Vivimos en una época donde el terrorismo es rampante, y cualquiera de nosotros podría ser blanco de ataques violentos en cualquier momento. De particular preocupación son los de origen biológico o químico, y esto ha sido suficiente para causar una gran cantidad de pánico a través de la población general. Sin embargo, también ha habido ocasiones en las que ha habido un ataque aparente, con víctimas y hospitalizaciones en las que no se encontró nada malo, como si el ataque fuera solo un producto de la imaginación a pesar de todo el caos que ha causado. Tales cuentas son en realidad bastante numerosas, y nos queda tratar de averiguar qué pensar de estos ataques fantasmas. Aquí veremos algunos de estos casos extraños y trataremos de buscar alguna respuesta similar.

Un incidente muy extraño se desarrolló en mayo de 2004 en el centro de Vancouver, Canadá. El autobús 98 de la ciudad estaba haciendo sus rondas en un día normal cuando hizo una parada y uno de los pasajeros que desembarcó preguntó casualmente al conductor del autobús cómo estaba. Cuando el conductor respondió que su día iba bien, se escuchó al misterioso pasajero decir siniestramente "No será por mucho tiempo". Es algo extraño decirlo, y a pesar de este siniestro comentario, el autobús continuó su camino. , hasta que el conductor experimentó náuseas extremas varias paradas más tarde y comenzó a vomitar sin control. Poco después de esto, otros pasajeros también comenzaron a sentirse enfermos, hasta que todo el autobús experimentó síntomas similares y se llamó a los paramédicos. Al llegar al autobús, dos paramédicos también se volvieron inexplicablemente nauseabundos, y pronto se pensó que estaba ocurriendo un ataque bioterrorista.

A raíz de esta crisis, muchos pasajeros, así como periodistas que habían llegado al lugar, fueron puestos en cuarentena, y los investigadores en trajes de riesgo biológico fueron traídos para examinar el autobús. Sin embargo, no encontraron nada, ni una sola señal de ningún agente químico o biológico peligroso, y el director médico de Vancouver, John Blatherwick, dijo: "Todo lo que encontraron fue una bellota debajo del asiento. Lo probaron y no encontraron nada ”. Sin embargo, la policía todavía tenía la impresión de que se estaba desplegando un arma terrorista sofisticada, pero a pesar de sus síntomas, todas las personas enfermas que fueron examinadas en el hospital tampoco tenían nada físicamente. mal con ellos en absoluto. No había nada para seguir. Era completamente desconcertante que tantas personas pudieran experimentar síntomas tan severos, sin embargo, no se encontró nada que lo causara todo. ¿Estaba todo en sus cabezas? Si es así, ¿quién era ese misterioso pasajero que había dado ese presagio de lo que vendrá? No tenía ningún sentido. No se encontraron signos de ninguna sustancia peligrosa y nunca se encontró ningún sospechoso, y la policía de Vancouver finalmente cerró el archivo con un gran signo de interrogación y el caso del "Autobús Tóxico" sigue siendo un misterio.

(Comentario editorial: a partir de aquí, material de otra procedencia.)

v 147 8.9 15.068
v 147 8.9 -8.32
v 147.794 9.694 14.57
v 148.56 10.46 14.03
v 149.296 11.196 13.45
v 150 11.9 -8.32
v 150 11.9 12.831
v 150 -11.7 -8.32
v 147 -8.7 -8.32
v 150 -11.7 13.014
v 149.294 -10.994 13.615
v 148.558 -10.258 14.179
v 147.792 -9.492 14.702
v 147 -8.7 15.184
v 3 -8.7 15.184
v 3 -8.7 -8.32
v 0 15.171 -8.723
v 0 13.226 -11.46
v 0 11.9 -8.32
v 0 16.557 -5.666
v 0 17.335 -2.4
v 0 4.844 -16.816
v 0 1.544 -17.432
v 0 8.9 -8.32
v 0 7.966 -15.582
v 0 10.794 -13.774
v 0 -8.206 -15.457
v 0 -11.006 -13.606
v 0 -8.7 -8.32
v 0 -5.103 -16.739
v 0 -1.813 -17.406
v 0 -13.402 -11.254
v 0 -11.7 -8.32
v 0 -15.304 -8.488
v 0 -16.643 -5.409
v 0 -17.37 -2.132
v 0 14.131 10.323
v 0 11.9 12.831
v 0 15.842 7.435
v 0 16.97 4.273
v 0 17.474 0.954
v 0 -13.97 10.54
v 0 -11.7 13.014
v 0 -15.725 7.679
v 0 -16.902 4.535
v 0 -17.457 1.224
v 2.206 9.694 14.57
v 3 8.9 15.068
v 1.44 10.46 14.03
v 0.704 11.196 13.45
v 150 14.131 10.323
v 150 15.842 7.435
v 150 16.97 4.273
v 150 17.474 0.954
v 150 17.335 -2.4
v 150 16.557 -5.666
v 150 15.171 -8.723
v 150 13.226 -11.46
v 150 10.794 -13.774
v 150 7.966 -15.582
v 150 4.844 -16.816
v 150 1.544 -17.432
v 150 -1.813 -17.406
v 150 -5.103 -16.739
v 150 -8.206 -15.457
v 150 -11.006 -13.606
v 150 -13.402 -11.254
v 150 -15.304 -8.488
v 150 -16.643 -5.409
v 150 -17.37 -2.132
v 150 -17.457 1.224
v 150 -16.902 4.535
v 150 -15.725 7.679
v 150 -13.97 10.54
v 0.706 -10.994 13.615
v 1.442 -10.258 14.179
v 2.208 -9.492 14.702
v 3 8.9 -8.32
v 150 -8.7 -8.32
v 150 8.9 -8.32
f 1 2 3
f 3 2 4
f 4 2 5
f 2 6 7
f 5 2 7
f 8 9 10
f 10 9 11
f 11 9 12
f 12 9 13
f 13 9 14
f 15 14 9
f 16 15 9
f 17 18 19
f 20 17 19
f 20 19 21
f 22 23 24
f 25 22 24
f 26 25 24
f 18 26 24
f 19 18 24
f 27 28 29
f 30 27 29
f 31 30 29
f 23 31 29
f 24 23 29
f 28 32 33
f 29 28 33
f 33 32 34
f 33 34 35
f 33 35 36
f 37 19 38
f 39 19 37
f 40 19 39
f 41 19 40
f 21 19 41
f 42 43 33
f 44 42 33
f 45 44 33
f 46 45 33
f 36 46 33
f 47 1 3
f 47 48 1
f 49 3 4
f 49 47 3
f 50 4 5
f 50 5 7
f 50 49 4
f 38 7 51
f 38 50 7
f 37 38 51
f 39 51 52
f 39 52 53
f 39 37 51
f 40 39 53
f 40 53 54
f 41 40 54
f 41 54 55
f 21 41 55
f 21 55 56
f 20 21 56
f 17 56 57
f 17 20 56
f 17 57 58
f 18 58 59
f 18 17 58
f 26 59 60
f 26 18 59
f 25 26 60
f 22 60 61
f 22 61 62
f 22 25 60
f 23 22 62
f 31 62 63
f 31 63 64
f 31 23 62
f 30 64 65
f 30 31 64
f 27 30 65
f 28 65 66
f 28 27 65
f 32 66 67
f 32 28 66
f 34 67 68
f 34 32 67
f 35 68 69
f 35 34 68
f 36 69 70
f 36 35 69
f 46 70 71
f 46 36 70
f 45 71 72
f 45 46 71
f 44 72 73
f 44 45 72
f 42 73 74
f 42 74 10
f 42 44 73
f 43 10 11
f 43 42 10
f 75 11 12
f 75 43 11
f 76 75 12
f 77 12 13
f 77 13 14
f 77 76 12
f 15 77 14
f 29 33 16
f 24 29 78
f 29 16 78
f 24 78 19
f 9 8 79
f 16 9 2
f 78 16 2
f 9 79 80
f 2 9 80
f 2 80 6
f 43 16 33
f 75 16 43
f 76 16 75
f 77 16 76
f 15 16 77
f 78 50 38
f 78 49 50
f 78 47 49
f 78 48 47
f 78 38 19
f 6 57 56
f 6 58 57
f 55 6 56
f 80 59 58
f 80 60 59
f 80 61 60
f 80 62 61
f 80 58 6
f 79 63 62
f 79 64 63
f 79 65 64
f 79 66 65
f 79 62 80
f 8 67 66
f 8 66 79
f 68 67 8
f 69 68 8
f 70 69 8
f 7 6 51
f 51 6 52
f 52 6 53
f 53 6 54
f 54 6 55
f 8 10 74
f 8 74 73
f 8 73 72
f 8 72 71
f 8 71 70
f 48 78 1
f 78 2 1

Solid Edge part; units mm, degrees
sketch "Sketch1" plane through (0, 0, 0) normal (1, 0, 0) x (0, 1, 0)
  circle A0 centre (0, 0) radius 17.5
extrude "Protrusion1" add sketch "Sketch1" along normal blind 150
sketch "Sketch2" plane through (150, 0, 0) normal (1, 0, 0) x (0, 1, 0)
  line L0 (8.9, -8.32) -> (8.9, 21.68)
  line L1 (8.9, 21.68) -> (-8.7, 21.68)
  line L2 (-8.7, 21.68) -> (-8.7, -8.32)
  line L3 (-8.7, -8.32) -> (8.9, -8.32)
extrude "ExtrudedCutout_1" cut sketch "Sketch2" against normal blind 150
chamfer "Chamfer_1" distance 3 angle 45 4 edges at (150, 8.9, 3.3739) (150, -8.7, 3.4321) (0, 8.9, 3.3739) (0, -8.7, 3.4321)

Si bien es muy extraño, esta no es la única vez que tal cosa ha sucedido de manera remota, ni es el primer caso tan enigmático ni el último. Tal vez el caso más famoso y dramático ocurrió en 1944, en la tranquila ciudad de Mattoon, Illinois, en el medio oeste de los Estados Unidos. Esto fue durante los días de la Segunda Guerra Mundial, cuando el país se vio envuelto en una de las guerras más sangrientas de la historia, e incluso en la patria, lejos de los caóticos campos de batalla, la mayoría de la gente estaba al borde y en alerta máxima, el siempre inminente El espectro de un ataque enemigo en tierra natal proyecta una sombra opresiva sobre todo. Después de todo, ya había sucedido con el ataque japonés a Pearl Harbor y una implacable campaña de ataques alemanes de U-Boat en la costa este. También existía el persistente rumor de que los desesperados poderes del Eje podrían recurrir a ataques masivos de armas químicas en suelo estadounidense. En esta atmósfera de paranoia y miedo a las madrigueras, a fines de agosto de 1944, una nueva amenaza comenzó a acechar la ciudad normalmente tranquila de Mattoon.

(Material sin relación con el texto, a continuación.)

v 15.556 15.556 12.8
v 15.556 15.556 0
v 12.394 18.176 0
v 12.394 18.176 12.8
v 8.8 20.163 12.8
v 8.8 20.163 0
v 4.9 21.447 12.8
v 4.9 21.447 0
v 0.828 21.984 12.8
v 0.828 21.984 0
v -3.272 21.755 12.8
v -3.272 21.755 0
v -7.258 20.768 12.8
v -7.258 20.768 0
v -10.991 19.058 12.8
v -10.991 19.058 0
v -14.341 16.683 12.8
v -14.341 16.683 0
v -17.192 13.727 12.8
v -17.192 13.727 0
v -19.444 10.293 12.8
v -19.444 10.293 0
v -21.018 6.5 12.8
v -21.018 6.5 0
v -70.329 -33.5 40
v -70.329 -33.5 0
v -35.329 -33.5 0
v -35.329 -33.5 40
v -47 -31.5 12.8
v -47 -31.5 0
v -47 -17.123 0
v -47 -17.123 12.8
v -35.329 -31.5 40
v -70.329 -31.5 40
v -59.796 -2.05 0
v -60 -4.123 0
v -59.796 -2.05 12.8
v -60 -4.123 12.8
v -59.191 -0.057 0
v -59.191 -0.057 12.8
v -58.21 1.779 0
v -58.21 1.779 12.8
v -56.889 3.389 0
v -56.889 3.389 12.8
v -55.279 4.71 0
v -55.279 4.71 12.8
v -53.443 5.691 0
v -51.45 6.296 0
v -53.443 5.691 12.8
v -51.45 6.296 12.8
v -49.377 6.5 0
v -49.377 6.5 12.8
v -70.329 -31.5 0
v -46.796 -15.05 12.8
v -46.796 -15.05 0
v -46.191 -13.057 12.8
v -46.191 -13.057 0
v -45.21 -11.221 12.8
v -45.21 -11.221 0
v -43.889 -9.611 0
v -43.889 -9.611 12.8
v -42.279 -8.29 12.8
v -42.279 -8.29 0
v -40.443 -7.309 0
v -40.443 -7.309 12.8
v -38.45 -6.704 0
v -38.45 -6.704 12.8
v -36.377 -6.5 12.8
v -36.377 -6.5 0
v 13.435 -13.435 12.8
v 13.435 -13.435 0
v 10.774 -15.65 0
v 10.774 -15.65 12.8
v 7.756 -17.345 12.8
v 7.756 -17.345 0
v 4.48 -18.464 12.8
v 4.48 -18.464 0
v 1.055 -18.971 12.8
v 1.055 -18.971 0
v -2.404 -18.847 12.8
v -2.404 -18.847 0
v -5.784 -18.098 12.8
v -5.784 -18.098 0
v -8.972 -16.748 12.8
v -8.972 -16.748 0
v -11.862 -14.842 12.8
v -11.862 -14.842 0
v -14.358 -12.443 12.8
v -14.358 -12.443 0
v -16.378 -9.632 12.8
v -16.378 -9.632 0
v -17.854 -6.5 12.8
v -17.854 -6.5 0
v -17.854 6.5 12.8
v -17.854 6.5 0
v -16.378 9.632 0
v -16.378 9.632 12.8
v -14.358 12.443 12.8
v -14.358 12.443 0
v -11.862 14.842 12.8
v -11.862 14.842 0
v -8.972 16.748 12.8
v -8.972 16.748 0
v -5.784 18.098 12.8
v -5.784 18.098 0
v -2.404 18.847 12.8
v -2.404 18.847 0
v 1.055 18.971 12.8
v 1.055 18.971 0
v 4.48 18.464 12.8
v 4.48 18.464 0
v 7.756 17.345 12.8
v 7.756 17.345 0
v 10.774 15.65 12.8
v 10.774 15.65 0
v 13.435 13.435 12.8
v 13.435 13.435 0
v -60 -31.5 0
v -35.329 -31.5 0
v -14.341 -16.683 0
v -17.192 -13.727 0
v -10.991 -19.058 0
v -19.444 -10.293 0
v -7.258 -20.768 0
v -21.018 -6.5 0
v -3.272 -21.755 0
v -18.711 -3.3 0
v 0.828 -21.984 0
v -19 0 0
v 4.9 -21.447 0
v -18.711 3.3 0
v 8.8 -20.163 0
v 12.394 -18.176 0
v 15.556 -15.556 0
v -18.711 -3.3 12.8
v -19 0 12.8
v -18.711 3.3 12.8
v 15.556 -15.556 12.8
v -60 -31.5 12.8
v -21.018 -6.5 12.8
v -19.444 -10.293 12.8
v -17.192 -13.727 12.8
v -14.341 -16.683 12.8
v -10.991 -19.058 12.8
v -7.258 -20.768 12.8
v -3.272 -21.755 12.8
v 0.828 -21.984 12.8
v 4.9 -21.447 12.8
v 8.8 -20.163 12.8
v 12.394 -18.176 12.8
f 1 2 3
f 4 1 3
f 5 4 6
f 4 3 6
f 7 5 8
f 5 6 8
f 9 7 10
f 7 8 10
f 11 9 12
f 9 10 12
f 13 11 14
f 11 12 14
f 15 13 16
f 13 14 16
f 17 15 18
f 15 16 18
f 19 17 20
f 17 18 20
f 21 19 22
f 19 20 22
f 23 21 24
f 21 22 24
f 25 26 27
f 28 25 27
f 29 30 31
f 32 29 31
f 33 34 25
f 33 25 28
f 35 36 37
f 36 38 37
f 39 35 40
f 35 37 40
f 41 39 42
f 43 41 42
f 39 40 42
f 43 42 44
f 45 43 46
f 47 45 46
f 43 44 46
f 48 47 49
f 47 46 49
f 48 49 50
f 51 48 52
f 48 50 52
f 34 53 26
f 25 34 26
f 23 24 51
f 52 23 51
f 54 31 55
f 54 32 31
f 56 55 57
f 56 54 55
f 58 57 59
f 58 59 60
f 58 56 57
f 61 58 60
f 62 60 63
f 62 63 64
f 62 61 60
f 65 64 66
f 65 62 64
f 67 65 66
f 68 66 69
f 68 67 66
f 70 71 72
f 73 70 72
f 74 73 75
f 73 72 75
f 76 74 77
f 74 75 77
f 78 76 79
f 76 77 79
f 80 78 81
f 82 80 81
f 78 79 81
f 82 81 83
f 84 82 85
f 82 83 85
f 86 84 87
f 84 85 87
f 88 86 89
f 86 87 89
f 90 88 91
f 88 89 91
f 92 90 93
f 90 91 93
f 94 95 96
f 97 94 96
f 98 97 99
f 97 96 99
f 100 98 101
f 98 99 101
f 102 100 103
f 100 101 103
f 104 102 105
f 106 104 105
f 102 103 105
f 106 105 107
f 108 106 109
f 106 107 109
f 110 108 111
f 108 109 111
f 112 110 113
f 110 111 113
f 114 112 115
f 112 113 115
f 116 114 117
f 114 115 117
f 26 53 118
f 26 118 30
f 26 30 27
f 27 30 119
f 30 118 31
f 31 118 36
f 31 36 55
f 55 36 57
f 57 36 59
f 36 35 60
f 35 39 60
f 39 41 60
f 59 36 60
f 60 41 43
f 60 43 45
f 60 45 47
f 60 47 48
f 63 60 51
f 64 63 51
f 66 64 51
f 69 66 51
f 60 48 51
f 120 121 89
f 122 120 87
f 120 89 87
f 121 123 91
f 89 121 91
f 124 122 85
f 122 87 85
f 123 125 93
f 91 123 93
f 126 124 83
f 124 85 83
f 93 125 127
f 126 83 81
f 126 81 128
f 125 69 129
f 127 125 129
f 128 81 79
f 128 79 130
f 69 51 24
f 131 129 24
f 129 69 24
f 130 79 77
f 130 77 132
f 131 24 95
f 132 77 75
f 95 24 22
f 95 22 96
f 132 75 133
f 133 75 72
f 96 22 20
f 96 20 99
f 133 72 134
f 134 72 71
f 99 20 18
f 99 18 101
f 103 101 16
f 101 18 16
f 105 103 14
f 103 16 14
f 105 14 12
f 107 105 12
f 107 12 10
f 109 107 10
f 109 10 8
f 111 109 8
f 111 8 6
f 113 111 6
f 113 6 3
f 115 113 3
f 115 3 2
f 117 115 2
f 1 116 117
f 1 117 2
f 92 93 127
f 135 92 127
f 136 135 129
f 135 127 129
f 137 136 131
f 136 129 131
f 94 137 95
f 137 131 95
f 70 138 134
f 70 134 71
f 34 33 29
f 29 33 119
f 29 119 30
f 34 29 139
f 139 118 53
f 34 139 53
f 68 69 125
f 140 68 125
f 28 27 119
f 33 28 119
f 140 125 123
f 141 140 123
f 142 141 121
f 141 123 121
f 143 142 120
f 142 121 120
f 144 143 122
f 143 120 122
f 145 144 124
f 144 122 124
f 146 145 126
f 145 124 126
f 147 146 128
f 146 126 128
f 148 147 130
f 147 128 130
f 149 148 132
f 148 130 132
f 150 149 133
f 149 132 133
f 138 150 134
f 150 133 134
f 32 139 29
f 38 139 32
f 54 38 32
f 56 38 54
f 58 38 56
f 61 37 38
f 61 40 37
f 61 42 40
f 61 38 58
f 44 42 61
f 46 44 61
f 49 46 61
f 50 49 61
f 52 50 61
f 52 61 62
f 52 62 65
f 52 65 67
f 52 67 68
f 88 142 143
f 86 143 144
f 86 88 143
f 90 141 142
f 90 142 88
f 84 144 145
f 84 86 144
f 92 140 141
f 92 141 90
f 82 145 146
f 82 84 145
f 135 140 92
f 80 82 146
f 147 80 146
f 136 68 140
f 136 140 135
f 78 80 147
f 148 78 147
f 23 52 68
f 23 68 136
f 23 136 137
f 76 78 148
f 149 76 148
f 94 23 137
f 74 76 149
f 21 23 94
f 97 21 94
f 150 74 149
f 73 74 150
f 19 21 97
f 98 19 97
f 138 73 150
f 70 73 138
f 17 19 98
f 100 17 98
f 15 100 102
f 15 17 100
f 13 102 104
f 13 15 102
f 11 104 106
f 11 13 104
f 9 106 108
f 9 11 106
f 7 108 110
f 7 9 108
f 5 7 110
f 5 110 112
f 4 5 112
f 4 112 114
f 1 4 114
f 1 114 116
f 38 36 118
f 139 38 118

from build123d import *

# Parameters (mm, degrees)
F0_W     = 13
F0_H     = 25
F1_DEPTH = 12.8
F2_DEPTH = 40
F3_R     = 10.6225396744


with BuildPart() as f1:
    # F0 (on Top) → F1 (new body)
    with BuildSketch(Plane.XY):
        with BuildLine():
            ThreePointArc((-21.017849557, -6.5), (-22, 0), (-21.017849557, 6.5))
            Line((-21.017849557, 6.5), (-60, 6.5))
            Line((-60, 6.5), (-60, -6.5))
            Line((-60, -6.5), (-47, -6.5))
            Line((-47, -6.5), (-21.017849557, -6.5))
        make_face()
        with Locations((-53.5, -19)):
            Rectangle(F0_W, F0_H)
        with BuildLine():
            ThreePointArc((-17.8535710714, -6.5), (-19, 0), (-17.8535710714, 6.5))
            Line((-17.8535710714, 6.5), (-21.017849557, 6.5))
            ThreePointArc((-21.017849557, 6.5), (-22, 0), (-21.017849557, -6.5))
            Line((-21.017849557, -6.5), (-17.8535710714, -6.5))
        make_face()
        with BuildLine():
            Line((15.5563491861, -15.5563491861), (13.4350288425, -13.4350288425))
            ThreePointArc((13.4350288425, -13.4350288425), (-4.1115125099, -18.5498103732), (-17.8535710714, -6.5))
            Line((-17.8535710714, -6.5), (-21.017849557, -6.5))
            ThreePointArc((-21.017849557, -6.5), (-5.2878503875, -21.3550611865), (15.5563491861, -15.5563491861))
        make_face()
        with BuildLine():
            ThreePointArc((-17.8535710714, 6.5), (-4.1115125099, 18.5498103732), (13.4350288425, 13.4350288425))
            Line((13.4350288425, 13.4350288425), (15.5563491861, 15.5563491861))
            ThreePointArc((15.5563491861, 15.5563491861), (-5.2878503875, 21.3550611865), (-21.017849557, 6.5))
            Line((-21.017849557, 6.5), (-17.8535710714, 6.5))
        make_face()
    extrude(amount=F1_DEPTH)

    # F0 (on Top) → F2 (join)
    with BuildSketch(Plane.XY):
        Polygon((-35.3286863863, -31.5), (-47, -31.5), (-60, -31.5), (-70.3286863863, -31.5), (-70.3286863863, -33.5), (-35.3286863863, -33.5), align=None)
    extrude(amount=F2_DEPTH)

    # F3
    f3_edges = [f1.edges().sort_by_distance(p)[0] for p in [
        (-60, 6.5, 6.4),
        (-47, -6.5, 6.4),
    ]]
    fillet(f3_edges, radius=F3_R)


solid = f1.part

El primer ataque de lo que se conocería como The Mad Gasser of Mattoon supuestamente ocurrió en la noche del 31 de agosto de 1944, cuando un hombre llamado Urban Raef afirmó que había sido despertado durante la noche por un olor nocivo en su habitación. eso había causado vómitos severos, falta de aliento y debilidad general en todo su cuerpo. Su esposa también había quedado paralizada por el olor acre, incapaz de hacer que su cuerpo respondiera lo suficiente como para incluso levantarse de la cama para ver si tal vez el gas de la estufa había quedado encendido. Esa misma noche, ocurrió un incidente similar cuando una niña pequeña se enfermó por algún olor extraño, lo que había causado un fuerte ataque de tos, pero la madre descubrió que había quedado paralizada e incapaz de levantarse de la cama para controlar su enfermedad. hija.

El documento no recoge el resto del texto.